Will trying to work cause me to lose my disability benefits?

Not immediately, and not without protections. SSDI’s Trial Work Period gives you nine months of work attempts at any earnings level without affecting your benefit. After that, earnings above the Substantial Gainful Activity threshold ($1,620/month in 2025) can end benefits, but there is a five-year Extended Period of Eligibility where benefits can restart if you become unable to work again. SSI uses a different calculation: $1 of benefit lost per $2 earned, after a $65 monthly income exclusion. The Ticket to Work program offers free support for return-to-work attempts with protected benefits. Talk to a benefits planner before changing your work situation.

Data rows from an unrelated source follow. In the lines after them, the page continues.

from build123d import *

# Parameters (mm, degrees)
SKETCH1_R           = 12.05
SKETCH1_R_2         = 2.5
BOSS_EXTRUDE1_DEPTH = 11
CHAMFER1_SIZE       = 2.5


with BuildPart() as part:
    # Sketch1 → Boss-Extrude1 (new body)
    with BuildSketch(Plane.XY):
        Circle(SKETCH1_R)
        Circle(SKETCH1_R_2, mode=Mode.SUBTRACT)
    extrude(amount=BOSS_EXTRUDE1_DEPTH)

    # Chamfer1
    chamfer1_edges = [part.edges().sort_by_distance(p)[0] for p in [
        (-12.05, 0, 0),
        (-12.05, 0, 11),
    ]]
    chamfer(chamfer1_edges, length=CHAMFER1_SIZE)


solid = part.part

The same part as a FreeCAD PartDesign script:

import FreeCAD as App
import Part
import Sketcher
from FreeCAD import Vector
Q = App.Units.Quantity


def edges_at(feature, points):
    """Names of the edges that pass closest to the given points."""
    edges = feature.Shape.Edges
    near = lambda p: min(range(len(edges)), key=lambda i: edges[i].distToShape(Part.Vertex(*p))[0])
    return sorted({f"Edge{near(p) + 1}" for p in points})

doc = App.newDocument("Part")
params = doc.addObject("Spreadsheet::Sheet", "Params")
for row, (alias, value) in enumerate([
    ("sketch1_diameter", "5 mm"),
    ("sketch1_diameter2", "24.1 mm"),
    ("pad1_length", "11 mm"),
    ("chamfer_size", "2.5 mm"),
], start=1):
    params.set(f"A{row}", alias)
    params.set(f"B{row}", "=" + value)
    params.setAlias(f"B{row}", alias)

body = doc.addObject("PartDesign::Body", "Body")

# Sketch on XY plane
sketch1 = doc.addObject("Sketcher::SketchObject", "Sketch")
body.addObject(sketch1)
sketch1.AttachmentSupport = (doc.XY_Plane, [""])
sketch1.MapMode = "FlatFace"
sketch1.addGeometry([
    Part.Circle(Vector(0, 0, 0), Vector(0, 0, 1), 12.1),
    Part.Circle(Vector(0, 0, 0), Vector(0, 0, 1), 2.5),
], False)
sketch1.addConstraint([
    Sketcher.Constraint("Coincident", 0, 3, -1, 1),
    Sketcher.Constraint("Coincident", 1, 3, -1, 1),
    Sketcher.Constraint("Diameter", 1, Q("5 mm")),
    Sketcher.Constraint("Diameter", 0, Q("24.1 mm")),
])
sketch1.setExpression("Constraints[2]", "Params.sketch1_diameter")
sketch1.setExpression("Constraints[3]", "Params.sketch1_diameter2")
pad1 = doc.addObject("PartDesign::Pad", "Pad")
body.addObject(pad1)
pad1.Profile = sketch1
pad1.setExpression("Length", "Params.pad1_length")
doc.recompute()

chamfer = doc.addObject("PartDesign::Chamfer", "Chamfer")
body.addObject(chamfer)
chamfer.Base = (pad1, edges_at(pad1, [(-12.05, 0, 0), (-12.05, 0, 11)]))
chamfer.setExpression("Size", "Params.chamfer_size")

doc.recompute()
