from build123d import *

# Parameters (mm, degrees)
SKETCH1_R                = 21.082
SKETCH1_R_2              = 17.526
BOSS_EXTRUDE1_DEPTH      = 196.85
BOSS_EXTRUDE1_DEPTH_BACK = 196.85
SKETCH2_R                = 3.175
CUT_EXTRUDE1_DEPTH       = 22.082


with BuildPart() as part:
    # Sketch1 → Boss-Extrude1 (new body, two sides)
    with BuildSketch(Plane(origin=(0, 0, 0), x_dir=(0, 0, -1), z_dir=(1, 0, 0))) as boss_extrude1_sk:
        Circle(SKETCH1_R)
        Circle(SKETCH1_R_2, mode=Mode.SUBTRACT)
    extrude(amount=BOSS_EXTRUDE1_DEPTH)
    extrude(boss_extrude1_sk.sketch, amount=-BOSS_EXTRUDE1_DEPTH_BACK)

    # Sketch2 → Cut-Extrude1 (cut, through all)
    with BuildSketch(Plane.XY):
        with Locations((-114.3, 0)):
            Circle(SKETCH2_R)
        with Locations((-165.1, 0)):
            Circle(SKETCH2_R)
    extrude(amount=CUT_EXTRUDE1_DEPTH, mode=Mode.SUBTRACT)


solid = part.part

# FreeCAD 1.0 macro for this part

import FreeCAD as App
import Part
import Sketcher

V = App.Vector
Q = App.Units.Quantity

doc = App.newDocument("Part")
body = doc.addObject("PartDesign::Body", "Body")

# Sketch on YZ plane
sketch1 = body.newObject("Sketcher::SketchObject", "Sketch")
sketch1.AttachmentSupport = (doc.getObject("YZ_Plane"), [""])
sketch1.MapMode = "FlatFace"
sketch1.addGeometry([
    Part.Circle(V(0, 0, 0), V(0, 0, 1), 21),
    Part.Circle(V(0, 0, 0), V(0, 0, 1), 18),
], False)
sketch1.addConstraint([
    Sketcher.Constraint("Coincident", 0, 3, -1, 1),
    Sketcher.Constraint("Coincident", 1, 3, -1, 1),
    Sketcher.Constraint("Diameter", 0, Q("1.66 in")),
    Sketcher.Constraint("Diameter", 1, Q("1.38 in")),
])
pad1 = body.newObject("PartDesign::Pad", "Pad")
pad1.Profile = sketch1
pad1.Type = "TwoLengths"
pad1.Length = Q("7.75 in")
pad1.Length2 = Q("7.75 in")

# Sketch on XY plane
sketch2 = body.newObject("Sketcher::SketchObject", "Sketch001")
sketch2.AttachmentSupport = (doc.getObject("XY_Plane"), [""])
sketch2.MapMode = "FlatFace"
sketch2.addGeometry([
    Part.Circle(V(-114.3, 0, 0), V(0, 0, 1), 3.2),
    Part.Circle(V(-165.1, 0, 0), V(0, 0, 1), 3.2),
], False)
sketch2.addConstraint([
    Sketcher.Constraint("Equal", 0, 1),
    Sketcher.Constraint("PointOnObject", 0, 3, -1),
    Sketcher.Constraint("PointOnObject", 1, 3, -1),
    Sketcher.Constraint("Diameter", 0, Q("0.25 in")),
    Sketcher.Constraint("DistanceX", 1, 3, 0, 3, Q("2 in")),
    Sketcher.Constraint("DistanceX", 0, 3, -1, 1, Q("4.5 in")),
])
pocket1 = body.newObject("PartDesign::Pocket", "Pocket")
pocket1.Profile = sketch2
pocket1.Type = "ThroughAll"
pocket1.Reversed = True

doc.recompute()
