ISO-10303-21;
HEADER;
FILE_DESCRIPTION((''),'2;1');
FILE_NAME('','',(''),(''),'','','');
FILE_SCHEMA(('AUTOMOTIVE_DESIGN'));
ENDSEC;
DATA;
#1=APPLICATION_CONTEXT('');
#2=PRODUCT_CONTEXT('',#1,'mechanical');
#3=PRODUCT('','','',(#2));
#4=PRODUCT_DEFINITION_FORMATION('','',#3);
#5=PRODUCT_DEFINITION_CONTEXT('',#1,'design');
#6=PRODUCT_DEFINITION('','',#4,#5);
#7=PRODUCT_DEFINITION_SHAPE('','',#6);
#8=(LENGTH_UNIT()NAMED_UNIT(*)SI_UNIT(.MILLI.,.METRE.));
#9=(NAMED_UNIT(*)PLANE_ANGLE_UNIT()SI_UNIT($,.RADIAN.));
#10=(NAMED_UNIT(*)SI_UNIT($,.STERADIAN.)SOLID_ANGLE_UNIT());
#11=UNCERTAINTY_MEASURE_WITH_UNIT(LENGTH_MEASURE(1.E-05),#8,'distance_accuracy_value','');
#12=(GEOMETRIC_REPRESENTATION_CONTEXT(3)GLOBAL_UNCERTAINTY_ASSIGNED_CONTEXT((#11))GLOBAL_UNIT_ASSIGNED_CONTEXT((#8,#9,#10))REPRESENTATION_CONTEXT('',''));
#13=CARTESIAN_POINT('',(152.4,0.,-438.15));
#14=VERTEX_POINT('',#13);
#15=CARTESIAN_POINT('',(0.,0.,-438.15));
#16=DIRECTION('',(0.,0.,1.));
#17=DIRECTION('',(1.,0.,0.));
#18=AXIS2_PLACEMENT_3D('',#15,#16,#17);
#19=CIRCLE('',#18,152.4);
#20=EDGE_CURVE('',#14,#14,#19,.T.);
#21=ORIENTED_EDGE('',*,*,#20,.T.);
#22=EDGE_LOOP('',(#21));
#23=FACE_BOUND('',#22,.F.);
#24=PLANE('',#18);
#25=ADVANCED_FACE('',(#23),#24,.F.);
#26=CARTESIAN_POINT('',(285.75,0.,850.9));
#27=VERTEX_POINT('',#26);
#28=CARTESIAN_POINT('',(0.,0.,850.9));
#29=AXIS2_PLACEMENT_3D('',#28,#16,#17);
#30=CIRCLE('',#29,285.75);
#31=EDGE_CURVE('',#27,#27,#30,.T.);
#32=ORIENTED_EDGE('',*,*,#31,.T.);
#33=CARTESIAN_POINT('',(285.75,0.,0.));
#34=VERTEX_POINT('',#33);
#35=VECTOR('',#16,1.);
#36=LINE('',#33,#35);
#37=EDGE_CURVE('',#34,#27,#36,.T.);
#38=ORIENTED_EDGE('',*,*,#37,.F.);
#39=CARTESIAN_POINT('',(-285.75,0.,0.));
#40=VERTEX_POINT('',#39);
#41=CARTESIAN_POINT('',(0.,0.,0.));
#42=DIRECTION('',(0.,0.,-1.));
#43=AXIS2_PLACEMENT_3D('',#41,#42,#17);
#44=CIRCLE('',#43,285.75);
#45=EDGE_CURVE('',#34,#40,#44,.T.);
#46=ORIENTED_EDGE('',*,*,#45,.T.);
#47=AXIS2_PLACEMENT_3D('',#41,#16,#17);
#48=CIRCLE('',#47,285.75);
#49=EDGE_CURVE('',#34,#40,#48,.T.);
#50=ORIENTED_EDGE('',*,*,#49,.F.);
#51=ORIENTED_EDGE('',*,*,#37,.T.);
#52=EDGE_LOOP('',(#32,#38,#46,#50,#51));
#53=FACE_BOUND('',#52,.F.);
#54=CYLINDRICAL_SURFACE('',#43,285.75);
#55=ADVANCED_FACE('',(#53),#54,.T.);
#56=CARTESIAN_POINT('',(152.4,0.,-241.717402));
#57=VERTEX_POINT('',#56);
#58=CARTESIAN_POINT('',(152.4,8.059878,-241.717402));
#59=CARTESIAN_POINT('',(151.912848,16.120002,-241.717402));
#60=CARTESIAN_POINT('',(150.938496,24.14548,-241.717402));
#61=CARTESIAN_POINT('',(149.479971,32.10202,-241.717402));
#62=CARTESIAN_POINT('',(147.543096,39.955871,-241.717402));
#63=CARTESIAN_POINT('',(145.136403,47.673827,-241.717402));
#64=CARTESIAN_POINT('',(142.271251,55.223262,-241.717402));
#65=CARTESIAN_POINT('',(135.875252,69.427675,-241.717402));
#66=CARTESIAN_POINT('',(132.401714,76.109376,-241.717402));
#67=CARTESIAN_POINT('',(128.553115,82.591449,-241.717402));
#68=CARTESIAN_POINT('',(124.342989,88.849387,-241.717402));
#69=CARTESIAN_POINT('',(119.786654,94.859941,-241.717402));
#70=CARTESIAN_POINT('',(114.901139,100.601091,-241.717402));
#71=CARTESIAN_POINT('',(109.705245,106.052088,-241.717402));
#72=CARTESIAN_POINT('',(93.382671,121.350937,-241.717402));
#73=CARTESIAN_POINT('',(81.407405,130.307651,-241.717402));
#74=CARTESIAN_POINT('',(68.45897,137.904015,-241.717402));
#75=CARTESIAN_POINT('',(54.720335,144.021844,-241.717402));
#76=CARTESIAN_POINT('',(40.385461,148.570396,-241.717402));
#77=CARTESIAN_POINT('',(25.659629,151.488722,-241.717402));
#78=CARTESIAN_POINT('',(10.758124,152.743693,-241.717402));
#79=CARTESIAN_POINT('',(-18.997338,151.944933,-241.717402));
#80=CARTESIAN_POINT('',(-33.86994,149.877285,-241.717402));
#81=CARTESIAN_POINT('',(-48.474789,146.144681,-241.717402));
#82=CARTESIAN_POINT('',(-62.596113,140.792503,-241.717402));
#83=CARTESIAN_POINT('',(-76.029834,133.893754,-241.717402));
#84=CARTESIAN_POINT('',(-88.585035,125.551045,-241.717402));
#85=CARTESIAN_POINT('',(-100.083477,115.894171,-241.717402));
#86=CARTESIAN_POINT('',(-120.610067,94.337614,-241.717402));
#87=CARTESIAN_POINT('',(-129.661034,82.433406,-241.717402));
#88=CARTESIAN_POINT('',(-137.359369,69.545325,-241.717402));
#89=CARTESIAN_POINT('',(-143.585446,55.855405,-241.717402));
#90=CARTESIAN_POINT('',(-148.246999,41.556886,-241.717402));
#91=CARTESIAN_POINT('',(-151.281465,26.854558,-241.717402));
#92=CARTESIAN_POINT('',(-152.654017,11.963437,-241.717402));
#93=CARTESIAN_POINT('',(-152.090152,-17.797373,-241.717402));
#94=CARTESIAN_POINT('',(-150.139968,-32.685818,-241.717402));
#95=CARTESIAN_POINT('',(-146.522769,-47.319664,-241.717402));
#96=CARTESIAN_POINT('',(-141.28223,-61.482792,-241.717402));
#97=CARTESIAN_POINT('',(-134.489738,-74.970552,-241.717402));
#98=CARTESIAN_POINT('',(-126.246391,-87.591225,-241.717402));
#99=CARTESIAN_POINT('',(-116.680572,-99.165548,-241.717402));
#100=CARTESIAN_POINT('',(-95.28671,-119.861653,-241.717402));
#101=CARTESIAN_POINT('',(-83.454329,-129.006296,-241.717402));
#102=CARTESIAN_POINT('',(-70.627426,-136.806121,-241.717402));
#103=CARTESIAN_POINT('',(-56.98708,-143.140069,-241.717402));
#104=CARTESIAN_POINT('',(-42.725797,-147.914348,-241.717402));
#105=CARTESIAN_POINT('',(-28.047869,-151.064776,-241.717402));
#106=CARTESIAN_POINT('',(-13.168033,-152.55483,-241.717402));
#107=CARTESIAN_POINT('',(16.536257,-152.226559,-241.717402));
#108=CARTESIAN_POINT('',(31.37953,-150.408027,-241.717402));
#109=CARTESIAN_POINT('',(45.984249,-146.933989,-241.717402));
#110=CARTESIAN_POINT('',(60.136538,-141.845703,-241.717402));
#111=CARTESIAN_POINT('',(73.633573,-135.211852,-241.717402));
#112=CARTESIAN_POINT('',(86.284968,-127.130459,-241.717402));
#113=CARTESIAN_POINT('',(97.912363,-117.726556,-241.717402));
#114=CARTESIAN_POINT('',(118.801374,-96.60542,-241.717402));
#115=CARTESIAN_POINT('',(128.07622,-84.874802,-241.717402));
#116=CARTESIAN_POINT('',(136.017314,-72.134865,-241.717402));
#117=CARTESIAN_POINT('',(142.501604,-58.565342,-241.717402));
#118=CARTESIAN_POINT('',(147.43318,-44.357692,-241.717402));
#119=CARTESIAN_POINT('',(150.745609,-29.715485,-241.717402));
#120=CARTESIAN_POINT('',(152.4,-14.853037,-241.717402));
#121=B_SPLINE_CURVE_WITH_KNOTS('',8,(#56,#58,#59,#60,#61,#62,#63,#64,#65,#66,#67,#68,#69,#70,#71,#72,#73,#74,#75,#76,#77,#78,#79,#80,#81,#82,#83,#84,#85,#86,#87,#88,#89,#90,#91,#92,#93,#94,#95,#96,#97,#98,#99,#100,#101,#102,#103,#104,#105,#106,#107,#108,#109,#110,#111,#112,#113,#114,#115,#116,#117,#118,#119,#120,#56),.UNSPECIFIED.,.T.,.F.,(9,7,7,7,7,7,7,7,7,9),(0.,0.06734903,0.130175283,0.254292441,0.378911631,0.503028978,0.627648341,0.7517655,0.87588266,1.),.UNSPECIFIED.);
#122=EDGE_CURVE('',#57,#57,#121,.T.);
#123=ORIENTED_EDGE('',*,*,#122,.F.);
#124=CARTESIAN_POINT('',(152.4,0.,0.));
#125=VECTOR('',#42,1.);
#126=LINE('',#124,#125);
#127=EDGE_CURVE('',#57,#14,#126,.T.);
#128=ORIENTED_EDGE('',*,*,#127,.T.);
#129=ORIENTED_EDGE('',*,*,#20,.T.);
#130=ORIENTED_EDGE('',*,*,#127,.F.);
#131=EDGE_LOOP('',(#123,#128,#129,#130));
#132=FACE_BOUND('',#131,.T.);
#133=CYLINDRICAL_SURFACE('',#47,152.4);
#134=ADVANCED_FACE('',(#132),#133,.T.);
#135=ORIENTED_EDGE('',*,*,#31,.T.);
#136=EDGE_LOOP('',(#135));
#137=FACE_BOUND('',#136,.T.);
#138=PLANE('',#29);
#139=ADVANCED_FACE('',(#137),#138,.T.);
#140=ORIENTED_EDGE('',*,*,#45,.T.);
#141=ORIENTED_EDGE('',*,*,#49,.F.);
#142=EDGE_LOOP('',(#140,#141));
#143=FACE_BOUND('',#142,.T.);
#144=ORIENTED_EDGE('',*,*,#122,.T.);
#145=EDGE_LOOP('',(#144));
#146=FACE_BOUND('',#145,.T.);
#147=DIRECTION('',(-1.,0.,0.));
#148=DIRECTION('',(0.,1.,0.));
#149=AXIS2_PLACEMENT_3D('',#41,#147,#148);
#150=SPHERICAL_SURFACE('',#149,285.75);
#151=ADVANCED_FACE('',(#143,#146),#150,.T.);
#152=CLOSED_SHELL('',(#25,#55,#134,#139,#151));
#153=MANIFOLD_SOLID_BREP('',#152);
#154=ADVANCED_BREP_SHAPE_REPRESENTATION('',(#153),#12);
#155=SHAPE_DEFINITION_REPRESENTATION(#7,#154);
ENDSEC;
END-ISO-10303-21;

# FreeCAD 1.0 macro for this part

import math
import FreeCAD as App
import Part
import Sketcher

V = App.Vector
Q = App.Units.Quantity

doc = App.newDocument("Part")
params = doc.addObject("Spreadsheet::Sheet", "Params")
for row, (alias, value) in enumerate([
    ("sketch1_radius", "11.25 in"),
    ("revolution_angle", "180 deg"),
    ("sketch2_diameter", "12 in"),
    ("pad1_length", "17.25 in"),
    ("sketch3_diameter", "22.5 in"),
    ("pad2_length", "33.5 in"),
], start=1):
    params.set(f"A{row}", alias)
    params.set(f"B{row}", "=" + value)
    params.setAlias(f"B{row}", alias)

body = doc.addObject("PartDesign::Body", "Body")

# Sketch on XY plane
sketch1 = doc.addObject("Sketcher::SketchObject", "Sketch")
body.addObject(sketch1)
sketch1.AttachmentSupport = (doc.XY_Plane, [""])
sketch1.MapMode = "FlatFace"
sketch1.addGeometry([
    Part.ArcOfCircle(Part.Circle(V(0, 0, 0), V(0, 0, 1), 286), math.radians(0), math.radians(180)),
    Part.LineSegment(V(-286, 0, 0), V(286, 0, 0)),
], False)
sketch1.addConstraint([
    Sketcher.Constraint("Coincident", 0, 1, 1, 2),
    Sketcher.Constraint("Coincident", 1, 1, 0, 2),
    Sketcher.Constraint("Horizontal", 1),
    Sketcher.Constraint("Coincident", 0, 3, -1, 1),
    Sketcher.Constraint("PointOnObject", 0, 1, -1),
    Sketcher.Constraint("Radius", 0, Q("11.25 in")),
])
sketch1.setExpression("Constraints[5]", "Params.sketch1_radius")
revolution = doc.addObject("PartDesign::Revolution", "Revolution")
body.addObject(revolution)
revolution.Profile = sketch1
revolution.ReferenceAxis = (sketch1, ["H_Axis"])
revolution.setExpression("Angle", "Params.revolution_angle")
revolution.Reversed = True

# Sketch on XY plane
sketch2 = doc.addObject("Sketcher::SketchObject", "Sketch001")
body.addObject(sketch2)
sketch2.AttachmentSupport = (doc.XY_Plane, [""])
sketch2.MapMode = "FlatFace"
sketch2.addGeometry(Part.Circle(V(0, 0, 0), V(0, 0, 1), 152), False)
sketch2.addConstraint([
    Sketcher.Constraint("Coincident", 0, 3, -1, 1),
    Sketcher.Constraint("Diameter", 0, Q("12 in")),
])
sketch2.setExpression("Constraints[1]", "Params.sketch2_diameter")
pad1 = doc.addObject("PartDesign::Pad", "Pad")
body.addObject(pad1)
pad1.Profile = sketch2
pad1.setExpression("Length", "Params.pad1_length")
pad1.Reversed = True

# Sketch on XY plane
sketch3 = doc.addObject("Sketcher::SketchObject", "Sketch002")
body.addObject(sketch3)
sketch3.AttachmentSupport = (doc.XY_Plane, [""])
sketch3.MapMode = "FlatFace"
sketch3.addGeometry(Part.Circle(V(0, 0, 0), V(0, 0, 1), 286), False)
sketch3.addConstraint([
    Sketcher.Constraint("Coincident", 0, 3, -1, 1),
    Sketcher.Constraint("Diameter", 0, Q("22.5 in")),
])
sketch3.setExpression("Constraints[1]", "Params.sketch3_diameter")
pad2 = doc.addObject("PartDesign::Pad", "Pad001")
body.addObject(pad2)
pad2.Profile = sketch3
pad2.setExpression("Length", "Params.pad2_length")

doc.recompute()
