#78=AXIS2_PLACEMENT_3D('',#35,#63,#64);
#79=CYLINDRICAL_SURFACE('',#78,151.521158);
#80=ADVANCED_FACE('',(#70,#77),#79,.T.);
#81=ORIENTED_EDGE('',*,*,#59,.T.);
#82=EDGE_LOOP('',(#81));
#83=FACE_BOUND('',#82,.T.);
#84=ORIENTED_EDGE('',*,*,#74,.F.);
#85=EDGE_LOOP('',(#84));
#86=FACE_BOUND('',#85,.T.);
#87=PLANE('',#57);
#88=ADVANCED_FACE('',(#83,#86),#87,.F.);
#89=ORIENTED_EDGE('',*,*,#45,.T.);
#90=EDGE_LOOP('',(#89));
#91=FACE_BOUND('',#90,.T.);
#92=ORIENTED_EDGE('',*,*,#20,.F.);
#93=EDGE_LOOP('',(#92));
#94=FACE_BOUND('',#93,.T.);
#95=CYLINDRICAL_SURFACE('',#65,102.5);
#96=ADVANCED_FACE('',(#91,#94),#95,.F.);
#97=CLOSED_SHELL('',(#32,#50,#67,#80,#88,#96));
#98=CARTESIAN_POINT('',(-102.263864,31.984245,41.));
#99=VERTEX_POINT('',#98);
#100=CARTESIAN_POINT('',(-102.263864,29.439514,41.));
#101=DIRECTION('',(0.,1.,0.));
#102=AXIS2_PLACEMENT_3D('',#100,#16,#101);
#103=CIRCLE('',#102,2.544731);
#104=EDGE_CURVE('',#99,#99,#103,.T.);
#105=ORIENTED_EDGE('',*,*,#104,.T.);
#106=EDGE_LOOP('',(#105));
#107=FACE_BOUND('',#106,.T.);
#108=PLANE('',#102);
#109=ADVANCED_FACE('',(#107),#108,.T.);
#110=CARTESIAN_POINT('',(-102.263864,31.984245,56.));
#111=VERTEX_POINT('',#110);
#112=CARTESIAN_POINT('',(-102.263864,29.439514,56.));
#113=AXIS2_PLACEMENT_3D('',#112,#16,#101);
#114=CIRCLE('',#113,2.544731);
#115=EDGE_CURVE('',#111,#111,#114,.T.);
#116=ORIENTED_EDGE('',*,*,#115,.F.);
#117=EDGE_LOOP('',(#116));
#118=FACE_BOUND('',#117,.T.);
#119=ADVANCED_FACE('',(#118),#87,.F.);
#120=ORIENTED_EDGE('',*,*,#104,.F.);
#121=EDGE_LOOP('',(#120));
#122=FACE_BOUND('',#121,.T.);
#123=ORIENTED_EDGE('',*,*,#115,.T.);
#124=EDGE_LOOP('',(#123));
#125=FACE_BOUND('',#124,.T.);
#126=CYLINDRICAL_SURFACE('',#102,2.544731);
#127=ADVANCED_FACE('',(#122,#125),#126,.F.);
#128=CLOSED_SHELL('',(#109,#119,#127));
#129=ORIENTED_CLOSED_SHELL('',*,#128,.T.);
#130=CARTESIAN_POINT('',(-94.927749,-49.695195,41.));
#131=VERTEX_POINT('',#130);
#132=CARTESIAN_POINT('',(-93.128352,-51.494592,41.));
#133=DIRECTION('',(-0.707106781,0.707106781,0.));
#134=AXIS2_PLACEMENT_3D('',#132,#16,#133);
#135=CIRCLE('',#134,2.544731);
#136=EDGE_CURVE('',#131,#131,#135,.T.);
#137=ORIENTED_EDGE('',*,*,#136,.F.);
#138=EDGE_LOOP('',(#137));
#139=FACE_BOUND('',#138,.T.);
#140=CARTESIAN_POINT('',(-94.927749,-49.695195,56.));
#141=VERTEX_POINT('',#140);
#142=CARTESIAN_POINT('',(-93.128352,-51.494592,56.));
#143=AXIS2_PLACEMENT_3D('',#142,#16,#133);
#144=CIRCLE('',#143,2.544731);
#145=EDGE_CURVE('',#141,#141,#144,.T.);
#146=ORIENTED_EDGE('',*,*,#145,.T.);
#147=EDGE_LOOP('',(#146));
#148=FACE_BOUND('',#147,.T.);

How does Medicaid work if I am on SSDI?

SSDI is paired with Medicare, not Medicaid, after a 24-month waiting period from your SSDI entitlement date. During that 24-month gap, you may qualify for Medicaid based on your income, which is usually low enough on SSDI alone. After you are on Medicare, you may still qualify for Medicaid as a ‘dual eligible’ if your income is low enough. Dual eligibles get the most comprehensive coverage in the U.S. health system. Apply for Medicaid through your state portal regardless of whether you think you qualify; the rules are detailed and a benefits counselor can usually identify eligibility you missed.

Final Thoughts

My aunt Marie’s budget works because she has been at this for seven years and has every program stacked. The numbers are tight, the system is unforgiving of mistakes, and one broken appliance can throw the whole thing off. But the budget works, month after month. She has built a small ABLE balance, she has stable housing, her healthcare needs are covered, and she has $40-$50 a month going into savings.

If you are new to disability income, give yourself two years to get to where Marie is. The first year is mostly paperwork and waitlists. The second year is when the system starts to feel manageable. The most important phone number you will get in the process is your local Aging and Disability Resource Center, which you can find at ADRC.gov. Their benefits counselors are free, and they know what is available in your state better than any blog ever will.